The Question That Didn’t Fit (and the Answer That Did)

In hospice, I’ve seen grief in the way people expect — the kind that comes with a date, a service, and people hugging you in the church parking lot. But there’s another kind too, one with no timeline, no casseroles, no obituary.

It’s the grief that shows up for things you can’t point to — dreams that quietly collapsed, relationships that faded without a fight, the “someday” you built in your head that never actually arrived.

It’s quieter than death, but somehow heavier. At least with a funeral, there’s a moment where everyone agrees: this is over. With the other kind, you just keep walking around it, pretending it’s not sitting in the corner taking up space.

Lately, I’ve been tripping over my own version. Not one big heartbreak, but a collection of small ones, each pulling a little more air from the room. I keep showing up — doing my job, taking care of the kids, keeping life moving — but inside, it feels like I’m living in a house where someone slowly moved the furniture out while I wasn’t looking. Everything echoes now.

It’s tangled up with a question someone recently asked me: Who am I? Sounds harmless, but it’s the kind of question that rips up floorboards. In sorting through the mess, I’ve had to face something I’d rather not admit — I’m a runner. When things get uncomfortable, I start looking for the exit.

I’ve called it “self-preservation,” but it’s really grief-avoidance. If I leave before I have to watch something fall apart, maybe it won’t hurt as much. But it does — just slower, creeping in during quiet moments when I think I’ve outrun it. Even my so-called strengths feed into this: thoroughness turns into overexplaining to avoid the hard truth, accountability turns into carrying problems that aren’t mine, and storytelling can soften reality until I start believing the easier version.

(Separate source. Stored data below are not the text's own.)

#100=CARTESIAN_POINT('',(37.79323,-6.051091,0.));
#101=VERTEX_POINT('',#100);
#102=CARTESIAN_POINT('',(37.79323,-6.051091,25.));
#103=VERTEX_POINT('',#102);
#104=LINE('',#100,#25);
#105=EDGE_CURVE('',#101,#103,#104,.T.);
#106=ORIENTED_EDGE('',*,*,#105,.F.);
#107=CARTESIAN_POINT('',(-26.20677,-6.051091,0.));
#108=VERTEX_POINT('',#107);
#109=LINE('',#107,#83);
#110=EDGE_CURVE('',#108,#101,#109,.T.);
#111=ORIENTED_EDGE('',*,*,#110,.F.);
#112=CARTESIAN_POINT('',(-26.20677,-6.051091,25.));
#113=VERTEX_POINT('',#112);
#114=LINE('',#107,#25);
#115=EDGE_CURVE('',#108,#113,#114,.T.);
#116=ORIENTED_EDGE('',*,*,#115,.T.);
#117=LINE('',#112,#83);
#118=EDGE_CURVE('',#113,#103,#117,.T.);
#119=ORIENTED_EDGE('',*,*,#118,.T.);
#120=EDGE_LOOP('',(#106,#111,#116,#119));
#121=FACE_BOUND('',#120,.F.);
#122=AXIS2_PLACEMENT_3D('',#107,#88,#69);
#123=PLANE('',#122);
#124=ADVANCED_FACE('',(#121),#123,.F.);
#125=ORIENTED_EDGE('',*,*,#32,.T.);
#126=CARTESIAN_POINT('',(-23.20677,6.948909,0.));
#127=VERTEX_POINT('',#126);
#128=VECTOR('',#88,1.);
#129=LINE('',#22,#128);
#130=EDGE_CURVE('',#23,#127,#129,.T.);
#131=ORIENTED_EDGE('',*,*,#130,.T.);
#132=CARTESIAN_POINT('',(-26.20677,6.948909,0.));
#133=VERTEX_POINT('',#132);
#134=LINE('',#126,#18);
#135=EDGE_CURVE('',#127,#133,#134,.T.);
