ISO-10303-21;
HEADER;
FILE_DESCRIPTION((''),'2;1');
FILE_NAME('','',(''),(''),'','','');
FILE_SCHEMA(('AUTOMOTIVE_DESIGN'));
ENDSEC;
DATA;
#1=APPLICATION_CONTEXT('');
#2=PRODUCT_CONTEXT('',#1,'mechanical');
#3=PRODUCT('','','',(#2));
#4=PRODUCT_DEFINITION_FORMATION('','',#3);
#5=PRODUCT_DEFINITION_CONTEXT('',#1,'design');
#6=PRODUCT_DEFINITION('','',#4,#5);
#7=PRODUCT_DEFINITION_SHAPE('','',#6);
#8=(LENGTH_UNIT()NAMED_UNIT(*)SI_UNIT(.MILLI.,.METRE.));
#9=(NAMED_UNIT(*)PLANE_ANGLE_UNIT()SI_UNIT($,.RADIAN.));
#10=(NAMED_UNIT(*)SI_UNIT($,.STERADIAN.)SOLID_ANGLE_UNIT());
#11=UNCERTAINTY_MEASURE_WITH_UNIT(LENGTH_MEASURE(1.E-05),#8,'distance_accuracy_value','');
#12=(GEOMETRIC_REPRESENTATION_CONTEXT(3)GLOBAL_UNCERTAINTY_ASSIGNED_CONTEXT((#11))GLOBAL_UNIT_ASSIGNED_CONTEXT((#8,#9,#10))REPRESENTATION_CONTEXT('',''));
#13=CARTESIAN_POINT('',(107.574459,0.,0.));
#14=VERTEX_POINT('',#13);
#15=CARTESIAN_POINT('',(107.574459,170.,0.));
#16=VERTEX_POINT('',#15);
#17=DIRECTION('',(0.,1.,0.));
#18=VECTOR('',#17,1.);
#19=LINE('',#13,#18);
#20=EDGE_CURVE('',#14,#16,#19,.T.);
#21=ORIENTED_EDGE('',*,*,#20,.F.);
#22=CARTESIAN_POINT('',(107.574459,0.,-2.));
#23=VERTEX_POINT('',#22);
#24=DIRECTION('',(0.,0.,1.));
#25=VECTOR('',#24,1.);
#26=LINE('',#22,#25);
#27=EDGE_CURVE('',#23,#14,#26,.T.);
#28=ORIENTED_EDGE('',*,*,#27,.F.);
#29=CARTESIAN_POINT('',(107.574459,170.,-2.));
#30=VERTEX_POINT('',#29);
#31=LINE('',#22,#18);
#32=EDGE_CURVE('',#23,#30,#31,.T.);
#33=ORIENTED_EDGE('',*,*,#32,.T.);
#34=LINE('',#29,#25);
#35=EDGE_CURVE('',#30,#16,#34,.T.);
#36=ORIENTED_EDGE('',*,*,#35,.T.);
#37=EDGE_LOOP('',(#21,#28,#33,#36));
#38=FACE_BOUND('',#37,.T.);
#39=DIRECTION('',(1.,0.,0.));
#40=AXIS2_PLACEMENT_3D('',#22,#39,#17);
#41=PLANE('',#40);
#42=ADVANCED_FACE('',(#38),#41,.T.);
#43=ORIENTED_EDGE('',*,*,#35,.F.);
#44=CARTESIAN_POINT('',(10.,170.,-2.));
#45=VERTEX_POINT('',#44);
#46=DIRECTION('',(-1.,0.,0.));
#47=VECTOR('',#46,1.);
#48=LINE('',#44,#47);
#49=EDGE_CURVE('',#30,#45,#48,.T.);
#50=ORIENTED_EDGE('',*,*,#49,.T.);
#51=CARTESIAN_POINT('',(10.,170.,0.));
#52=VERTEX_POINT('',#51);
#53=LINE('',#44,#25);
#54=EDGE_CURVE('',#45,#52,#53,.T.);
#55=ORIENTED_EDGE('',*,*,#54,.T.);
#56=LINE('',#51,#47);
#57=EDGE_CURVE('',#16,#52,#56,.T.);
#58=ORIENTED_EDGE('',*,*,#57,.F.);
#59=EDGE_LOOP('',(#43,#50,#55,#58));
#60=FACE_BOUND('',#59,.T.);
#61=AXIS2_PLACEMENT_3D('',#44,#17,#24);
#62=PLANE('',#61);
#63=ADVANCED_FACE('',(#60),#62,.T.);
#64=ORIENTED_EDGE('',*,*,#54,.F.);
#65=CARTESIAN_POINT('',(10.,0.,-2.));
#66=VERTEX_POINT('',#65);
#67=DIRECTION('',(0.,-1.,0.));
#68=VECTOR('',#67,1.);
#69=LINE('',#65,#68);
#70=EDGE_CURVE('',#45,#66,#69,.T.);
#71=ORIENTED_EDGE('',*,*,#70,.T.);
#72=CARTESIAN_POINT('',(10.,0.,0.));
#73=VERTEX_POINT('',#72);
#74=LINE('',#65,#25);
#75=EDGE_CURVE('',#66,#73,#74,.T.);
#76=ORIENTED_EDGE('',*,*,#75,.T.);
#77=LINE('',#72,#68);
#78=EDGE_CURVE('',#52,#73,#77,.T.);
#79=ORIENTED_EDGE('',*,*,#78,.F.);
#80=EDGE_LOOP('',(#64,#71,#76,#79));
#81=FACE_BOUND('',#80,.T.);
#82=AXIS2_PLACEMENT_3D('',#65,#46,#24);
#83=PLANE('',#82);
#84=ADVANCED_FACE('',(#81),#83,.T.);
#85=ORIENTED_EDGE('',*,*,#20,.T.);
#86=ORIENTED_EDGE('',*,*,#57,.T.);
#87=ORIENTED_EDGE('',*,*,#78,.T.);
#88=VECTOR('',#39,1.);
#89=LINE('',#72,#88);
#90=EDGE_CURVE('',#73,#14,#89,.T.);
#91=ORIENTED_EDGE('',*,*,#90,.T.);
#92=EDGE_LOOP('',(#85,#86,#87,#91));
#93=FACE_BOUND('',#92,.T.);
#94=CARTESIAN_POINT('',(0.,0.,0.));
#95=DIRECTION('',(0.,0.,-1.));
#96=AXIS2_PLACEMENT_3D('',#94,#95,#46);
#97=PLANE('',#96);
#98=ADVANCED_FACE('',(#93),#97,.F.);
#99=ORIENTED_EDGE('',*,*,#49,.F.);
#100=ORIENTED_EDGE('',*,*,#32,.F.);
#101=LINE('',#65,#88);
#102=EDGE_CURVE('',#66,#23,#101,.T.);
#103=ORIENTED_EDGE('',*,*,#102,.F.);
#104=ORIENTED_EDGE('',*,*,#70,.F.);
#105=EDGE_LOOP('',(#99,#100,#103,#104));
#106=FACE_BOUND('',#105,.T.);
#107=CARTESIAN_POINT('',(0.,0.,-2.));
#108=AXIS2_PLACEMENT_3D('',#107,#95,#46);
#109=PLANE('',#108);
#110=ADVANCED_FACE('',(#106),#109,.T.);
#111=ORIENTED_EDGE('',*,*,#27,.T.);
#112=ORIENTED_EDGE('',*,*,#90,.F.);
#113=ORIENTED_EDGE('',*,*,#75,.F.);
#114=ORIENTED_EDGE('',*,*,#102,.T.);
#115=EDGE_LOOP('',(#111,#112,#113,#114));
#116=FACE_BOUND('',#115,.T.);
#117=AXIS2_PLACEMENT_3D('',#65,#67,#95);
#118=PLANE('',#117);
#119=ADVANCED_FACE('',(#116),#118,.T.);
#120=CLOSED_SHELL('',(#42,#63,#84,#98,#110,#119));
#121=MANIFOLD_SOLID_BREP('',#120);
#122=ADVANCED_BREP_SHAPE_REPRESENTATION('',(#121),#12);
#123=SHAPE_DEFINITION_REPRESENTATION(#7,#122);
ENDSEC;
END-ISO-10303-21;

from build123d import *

# Parameters (mm, degrees)
SKETCH_1_W      = 97.57445865
SKETCH_1_H      = 170
EXTRUDE_1_DEPTH = 2


with BuildPart() as part:
    # 草图1 → 凸台-拉伸1 (new body)
    with BuildSketch(Plane.XY):
        with Locations((58.787229325, 85)):
            Rectangle(SKETCH_1_W, SKETCH_1_H)
    extrude(amount=-EXTRUDE_1_DEPTH)


solid = part.part
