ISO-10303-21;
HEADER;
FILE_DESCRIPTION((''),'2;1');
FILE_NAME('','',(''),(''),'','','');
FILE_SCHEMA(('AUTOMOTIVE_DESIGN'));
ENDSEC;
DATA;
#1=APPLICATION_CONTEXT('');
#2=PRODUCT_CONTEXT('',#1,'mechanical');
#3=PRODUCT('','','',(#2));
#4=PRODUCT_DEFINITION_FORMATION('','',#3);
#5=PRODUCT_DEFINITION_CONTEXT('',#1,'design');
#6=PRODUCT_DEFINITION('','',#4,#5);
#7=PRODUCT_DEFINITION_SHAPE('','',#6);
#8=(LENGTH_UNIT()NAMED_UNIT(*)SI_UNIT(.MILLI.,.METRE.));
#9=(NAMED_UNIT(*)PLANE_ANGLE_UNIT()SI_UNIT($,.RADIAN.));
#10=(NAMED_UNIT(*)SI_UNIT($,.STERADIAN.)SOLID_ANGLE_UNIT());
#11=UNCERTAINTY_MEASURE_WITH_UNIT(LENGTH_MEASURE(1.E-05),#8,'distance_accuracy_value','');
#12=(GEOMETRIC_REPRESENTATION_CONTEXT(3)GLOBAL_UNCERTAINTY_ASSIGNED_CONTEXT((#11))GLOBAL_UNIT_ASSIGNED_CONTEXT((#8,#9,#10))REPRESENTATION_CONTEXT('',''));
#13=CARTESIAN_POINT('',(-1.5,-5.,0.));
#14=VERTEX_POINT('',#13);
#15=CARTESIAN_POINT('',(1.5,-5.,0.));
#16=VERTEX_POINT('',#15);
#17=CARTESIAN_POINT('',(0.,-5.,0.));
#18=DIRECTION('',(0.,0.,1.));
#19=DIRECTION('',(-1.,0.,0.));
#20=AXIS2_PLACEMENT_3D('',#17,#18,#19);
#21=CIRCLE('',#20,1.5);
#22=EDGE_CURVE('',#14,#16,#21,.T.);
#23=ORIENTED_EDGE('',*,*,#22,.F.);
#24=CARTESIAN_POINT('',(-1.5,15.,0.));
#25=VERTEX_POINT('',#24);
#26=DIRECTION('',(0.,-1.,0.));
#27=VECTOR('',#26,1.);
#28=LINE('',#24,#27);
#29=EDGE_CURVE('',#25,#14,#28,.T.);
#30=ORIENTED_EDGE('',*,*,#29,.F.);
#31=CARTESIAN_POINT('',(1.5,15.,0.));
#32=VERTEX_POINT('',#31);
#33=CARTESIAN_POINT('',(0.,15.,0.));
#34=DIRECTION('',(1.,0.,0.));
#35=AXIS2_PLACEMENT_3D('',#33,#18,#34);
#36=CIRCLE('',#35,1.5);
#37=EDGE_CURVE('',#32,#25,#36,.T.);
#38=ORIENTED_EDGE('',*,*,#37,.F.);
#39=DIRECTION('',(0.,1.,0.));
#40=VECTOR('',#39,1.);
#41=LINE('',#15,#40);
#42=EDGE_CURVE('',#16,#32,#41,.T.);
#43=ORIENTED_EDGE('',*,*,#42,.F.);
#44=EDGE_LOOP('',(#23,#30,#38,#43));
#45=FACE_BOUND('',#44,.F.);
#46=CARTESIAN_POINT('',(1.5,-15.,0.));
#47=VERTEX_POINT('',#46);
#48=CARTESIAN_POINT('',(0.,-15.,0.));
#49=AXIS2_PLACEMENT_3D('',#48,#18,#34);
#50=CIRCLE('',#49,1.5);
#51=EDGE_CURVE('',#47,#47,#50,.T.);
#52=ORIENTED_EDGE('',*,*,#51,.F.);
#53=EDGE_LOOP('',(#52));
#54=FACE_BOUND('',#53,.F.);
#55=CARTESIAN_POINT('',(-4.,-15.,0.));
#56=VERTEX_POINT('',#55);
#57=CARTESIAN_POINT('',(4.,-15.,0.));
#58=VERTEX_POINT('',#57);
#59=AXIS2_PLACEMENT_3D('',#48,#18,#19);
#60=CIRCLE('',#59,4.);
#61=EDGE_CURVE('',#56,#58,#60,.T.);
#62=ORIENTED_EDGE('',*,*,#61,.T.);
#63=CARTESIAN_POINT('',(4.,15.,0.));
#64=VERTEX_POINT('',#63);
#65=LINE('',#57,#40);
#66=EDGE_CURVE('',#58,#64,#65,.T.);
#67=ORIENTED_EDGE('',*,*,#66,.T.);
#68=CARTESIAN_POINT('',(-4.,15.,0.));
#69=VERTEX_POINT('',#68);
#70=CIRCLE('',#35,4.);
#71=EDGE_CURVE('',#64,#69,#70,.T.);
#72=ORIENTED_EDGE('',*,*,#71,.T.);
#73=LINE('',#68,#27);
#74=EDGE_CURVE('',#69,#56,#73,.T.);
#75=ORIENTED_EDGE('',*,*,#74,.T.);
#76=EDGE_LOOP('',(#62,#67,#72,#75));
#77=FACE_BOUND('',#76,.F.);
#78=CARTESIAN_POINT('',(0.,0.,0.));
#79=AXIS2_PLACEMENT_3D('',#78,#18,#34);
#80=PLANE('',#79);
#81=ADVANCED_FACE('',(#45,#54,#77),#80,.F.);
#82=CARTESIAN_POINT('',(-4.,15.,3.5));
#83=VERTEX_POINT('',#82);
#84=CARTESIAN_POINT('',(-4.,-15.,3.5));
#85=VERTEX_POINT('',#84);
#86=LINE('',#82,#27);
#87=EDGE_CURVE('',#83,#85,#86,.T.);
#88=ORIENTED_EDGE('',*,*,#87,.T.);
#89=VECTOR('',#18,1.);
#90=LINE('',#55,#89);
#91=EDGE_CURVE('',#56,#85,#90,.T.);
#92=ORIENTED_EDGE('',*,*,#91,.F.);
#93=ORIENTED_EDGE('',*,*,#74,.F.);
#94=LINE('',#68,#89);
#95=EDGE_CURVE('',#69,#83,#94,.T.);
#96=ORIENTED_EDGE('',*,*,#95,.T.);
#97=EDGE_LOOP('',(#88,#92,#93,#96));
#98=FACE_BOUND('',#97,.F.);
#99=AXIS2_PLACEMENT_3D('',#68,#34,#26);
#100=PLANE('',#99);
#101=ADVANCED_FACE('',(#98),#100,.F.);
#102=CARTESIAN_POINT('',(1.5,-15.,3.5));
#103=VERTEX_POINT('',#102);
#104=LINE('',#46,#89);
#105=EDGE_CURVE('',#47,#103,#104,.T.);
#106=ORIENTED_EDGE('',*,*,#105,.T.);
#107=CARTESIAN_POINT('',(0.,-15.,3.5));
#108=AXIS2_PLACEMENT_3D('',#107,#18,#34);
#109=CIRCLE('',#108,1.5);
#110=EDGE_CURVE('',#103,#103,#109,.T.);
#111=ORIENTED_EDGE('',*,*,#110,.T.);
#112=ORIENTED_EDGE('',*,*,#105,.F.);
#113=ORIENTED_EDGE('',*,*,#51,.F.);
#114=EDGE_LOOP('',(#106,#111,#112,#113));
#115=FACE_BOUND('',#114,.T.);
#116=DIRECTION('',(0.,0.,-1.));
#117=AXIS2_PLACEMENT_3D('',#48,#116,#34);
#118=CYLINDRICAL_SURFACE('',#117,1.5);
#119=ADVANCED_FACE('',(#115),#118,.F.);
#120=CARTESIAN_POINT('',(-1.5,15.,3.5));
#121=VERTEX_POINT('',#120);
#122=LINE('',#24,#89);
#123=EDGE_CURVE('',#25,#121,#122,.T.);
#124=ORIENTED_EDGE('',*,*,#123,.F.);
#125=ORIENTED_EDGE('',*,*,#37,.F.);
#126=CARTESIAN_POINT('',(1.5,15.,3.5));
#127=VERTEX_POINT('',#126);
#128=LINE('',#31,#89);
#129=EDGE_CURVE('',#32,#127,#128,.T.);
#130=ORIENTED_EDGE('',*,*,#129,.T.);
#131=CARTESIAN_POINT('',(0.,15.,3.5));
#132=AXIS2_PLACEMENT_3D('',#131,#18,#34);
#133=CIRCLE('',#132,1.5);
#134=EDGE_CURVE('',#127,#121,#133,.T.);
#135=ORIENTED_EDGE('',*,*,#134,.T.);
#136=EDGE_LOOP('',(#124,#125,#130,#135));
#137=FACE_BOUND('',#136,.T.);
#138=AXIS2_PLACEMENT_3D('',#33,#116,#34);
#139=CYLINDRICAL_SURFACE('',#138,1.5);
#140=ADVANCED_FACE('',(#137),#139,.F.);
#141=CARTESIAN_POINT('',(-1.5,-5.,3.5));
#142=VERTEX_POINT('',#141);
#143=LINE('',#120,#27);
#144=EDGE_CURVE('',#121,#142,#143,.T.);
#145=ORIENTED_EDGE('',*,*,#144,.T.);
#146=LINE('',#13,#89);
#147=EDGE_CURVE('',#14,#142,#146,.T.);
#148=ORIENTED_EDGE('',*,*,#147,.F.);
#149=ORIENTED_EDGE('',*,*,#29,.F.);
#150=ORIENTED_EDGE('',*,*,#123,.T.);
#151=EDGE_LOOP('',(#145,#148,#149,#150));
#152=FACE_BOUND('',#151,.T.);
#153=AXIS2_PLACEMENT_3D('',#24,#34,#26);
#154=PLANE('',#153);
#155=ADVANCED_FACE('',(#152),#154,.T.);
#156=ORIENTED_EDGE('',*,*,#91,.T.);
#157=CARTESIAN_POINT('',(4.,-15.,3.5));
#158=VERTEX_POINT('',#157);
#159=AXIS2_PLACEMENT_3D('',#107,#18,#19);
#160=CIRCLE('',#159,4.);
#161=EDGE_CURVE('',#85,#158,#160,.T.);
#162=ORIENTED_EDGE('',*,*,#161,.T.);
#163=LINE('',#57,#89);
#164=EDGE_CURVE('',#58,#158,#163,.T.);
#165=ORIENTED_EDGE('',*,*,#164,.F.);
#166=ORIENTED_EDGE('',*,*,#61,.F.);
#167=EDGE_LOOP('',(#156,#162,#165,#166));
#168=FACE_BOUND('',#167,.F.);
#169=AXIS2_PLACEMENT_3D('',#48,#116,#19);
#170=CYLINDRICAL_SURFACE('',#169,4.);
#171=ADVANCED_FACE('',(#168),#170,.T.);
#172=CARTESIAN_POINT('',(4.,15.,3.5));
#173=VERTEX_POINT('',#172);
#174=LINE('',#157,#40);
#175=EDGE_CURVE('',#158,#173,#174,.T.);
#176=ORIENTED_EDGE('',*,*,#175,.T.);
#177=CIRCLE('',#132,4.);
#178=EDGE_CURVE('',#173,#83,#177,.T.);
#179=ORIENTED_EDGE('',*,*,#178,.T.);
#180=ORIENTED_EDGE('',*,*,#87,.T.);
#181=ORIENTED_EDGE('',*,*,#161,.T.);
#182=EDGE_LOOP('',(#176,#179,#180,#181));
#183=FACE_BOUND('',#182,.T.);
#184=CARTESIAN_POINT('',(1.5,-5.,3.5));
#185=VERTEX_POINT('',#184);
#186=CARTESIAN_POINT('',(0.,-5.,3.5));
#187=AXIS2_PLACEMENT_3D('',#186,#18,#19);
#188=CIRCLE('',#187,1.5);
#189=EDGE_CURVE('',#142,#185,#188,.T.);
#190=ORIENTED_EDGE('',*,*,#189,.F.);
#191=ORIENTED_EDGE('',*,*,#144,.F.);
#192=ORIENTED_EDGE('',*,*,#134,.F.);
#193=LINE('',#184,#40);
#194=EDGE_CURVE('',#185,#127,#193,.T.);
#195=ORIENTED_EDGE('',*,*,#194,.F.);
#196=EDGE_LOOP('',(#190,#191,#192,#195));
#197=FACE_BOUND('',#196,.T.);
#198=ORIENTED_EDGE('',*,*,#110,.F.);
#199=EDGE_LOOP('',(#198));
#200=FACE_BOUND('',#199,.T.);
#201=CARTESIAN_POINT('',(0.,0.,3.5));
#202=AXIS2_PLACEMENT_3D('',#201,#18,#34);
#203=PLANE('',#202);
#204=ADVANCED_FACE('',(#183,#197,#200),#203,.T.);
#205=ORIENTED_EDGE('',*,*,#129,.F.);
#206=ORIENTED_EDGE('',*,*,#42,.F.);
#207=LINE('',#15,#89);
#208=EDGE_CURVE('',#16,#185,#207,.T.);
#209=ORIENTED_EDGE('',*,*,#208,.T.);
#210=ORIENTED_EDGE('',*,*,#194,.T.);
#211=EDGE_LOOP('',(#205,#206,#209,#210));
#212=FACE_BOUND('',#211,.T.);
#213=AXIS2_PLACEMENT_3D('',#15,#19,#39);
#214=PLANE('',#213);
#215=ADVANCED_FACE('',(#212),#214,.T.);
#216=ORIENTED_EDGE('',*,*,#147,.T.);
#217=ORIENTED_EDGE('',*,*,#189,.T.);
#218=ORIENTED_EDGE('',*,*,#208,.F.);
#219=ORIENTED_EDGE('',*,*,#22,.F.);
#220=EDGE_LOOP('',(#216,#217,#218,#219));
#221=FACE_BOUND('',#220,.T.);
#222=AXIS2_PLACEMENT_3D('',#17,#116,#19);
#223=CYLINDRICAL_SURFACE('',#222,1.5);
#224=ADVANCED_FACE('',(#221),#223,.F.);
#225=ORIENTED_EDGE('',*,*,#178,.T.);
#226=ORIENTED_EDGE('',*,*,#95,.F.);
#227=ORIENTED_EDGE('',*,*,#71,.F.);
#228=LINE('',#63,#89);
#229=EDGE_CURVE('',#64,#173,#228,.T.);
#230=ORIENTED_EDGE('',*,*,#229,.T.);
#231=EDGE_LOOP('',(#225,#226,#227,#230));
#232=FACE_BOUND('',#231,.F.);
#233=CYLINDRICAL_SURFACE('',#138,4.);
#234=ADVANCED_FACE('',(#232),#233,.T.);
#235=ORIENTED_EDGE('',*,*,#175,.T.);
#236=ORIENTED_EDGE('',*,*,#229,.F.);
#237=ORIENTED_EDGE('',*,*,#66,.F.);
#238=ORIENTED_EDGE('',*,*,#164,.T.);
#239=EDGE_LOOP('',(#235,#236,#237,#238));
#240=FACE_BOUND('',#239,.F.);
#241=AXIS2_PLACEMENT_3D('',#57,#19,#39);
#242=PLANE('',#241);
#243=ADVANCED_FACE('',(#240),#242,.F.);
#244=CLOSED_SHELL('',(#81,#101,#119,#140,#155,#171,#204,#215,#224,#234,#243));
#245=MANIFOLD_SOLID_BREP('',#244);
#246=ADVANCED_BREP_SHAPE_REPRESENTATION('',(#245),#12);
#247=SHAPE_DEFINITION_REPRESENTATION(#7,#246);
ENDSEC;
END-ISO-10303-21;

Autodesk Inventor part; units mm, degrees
ref_plane "YZ Plane" through (0, 0, 0) normal (1, 0, 0) x (0, 1, 0)
ref_plane "XZ Plane" through (0, 0, 0) normal (0, 1, 0) x (-1, 0, 0)
ref_plane "XY Plane" through (0, 0, 0) normal (0, 0, 1) x (1, 0, 0)
sketch "Sketch1" plane through (0, 0, 0) normal (0, 0, 1) x (1, 0, 0)
  line L0 (0, 15) -> (0, -15) construction
  line L1 (-4, 15) -> (-4, -15)
  line L2 (4, -15) -> (4, 15)
  arc A0 (4, 15) -> (-4, 15) centre (0, 15) ccw
  arc A1 (-4, -15) -> (4, -15) centre (0, -15) ccw
  circle A2 centre (0, -15) radius 1.5
  line L3 (0, -5) -> (0, 15) construction
  line L4 (1.5, -5) -> (1.5, 15)
  line L5 (-1.5, 15) -> (-1.5, -5)
  arc A3 (-1.5, -5) -> (1.5, -5) centre (0, -5) ccw
  arc A4 (1.5, 15) -> (-1.5, 15) centre (0, 15) ccw
  point P0 (0, 0)
  point P1 (0, 5)
  dimension "d0" = 15
  dimension "d1" = 8
  dimension "d2" = 3
  dimension "d3" = 10
  dimension "d4" = 3
  dimension "d5" = 10
extrude "Extrusion1" add sketch "Sketch1" along normal blind 3.5
properties part number "3DP_PLA_Measurement_Rail_Mounting_Bracket_Short" material "ABS Plastic"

And then, in the middle of this heavy reflection, the same person who asked Who am I? tossed me a completely different question: If you could be any item in someone’s glove compartment, what would you be? I blinked. I honestly had no idea how that had anything to do with the meeting or what we were talking about. Maybe it was meant to loosen me up; maybe it was a tangent. Either way, I felt a little lost in the pivot — and still, the first answer that stumbled out was the half-working mini flashlight. It blinks more than it beams, but it comes through. It’s found Maddie’s hair tie, a Lego buried in crumbs, and once, a sliver of courage on a rough night. The battery wavers, yet the light is there when I need it.

The trouble with grief that doesn’t have a funeral is you don’t get a clear moment where you say, Okay, it’s time to let this go. You have to give yourself that moment. And I’m not there yet. I’m still holding onto pieces I thought would fit in my life forever, even if I know they don’t belong anymore.

In hospice, I’ve seen the peace that comes when people finally speak the words they’ve been holding, make the call they’ve avoided, or simply allow someone to see the truth. Maybe that’s my work right now — not the kind I can check off a to-do list, but the kind where I sit with what’s gone, name it, and decide if it still gets to live in my head rent-free.

Because you can’t carry unspoken grief forever without it shaping you. And I’m realizing I want to be the one doing the shaping — before the weight of all the things I’ve avoided ends up shaping me.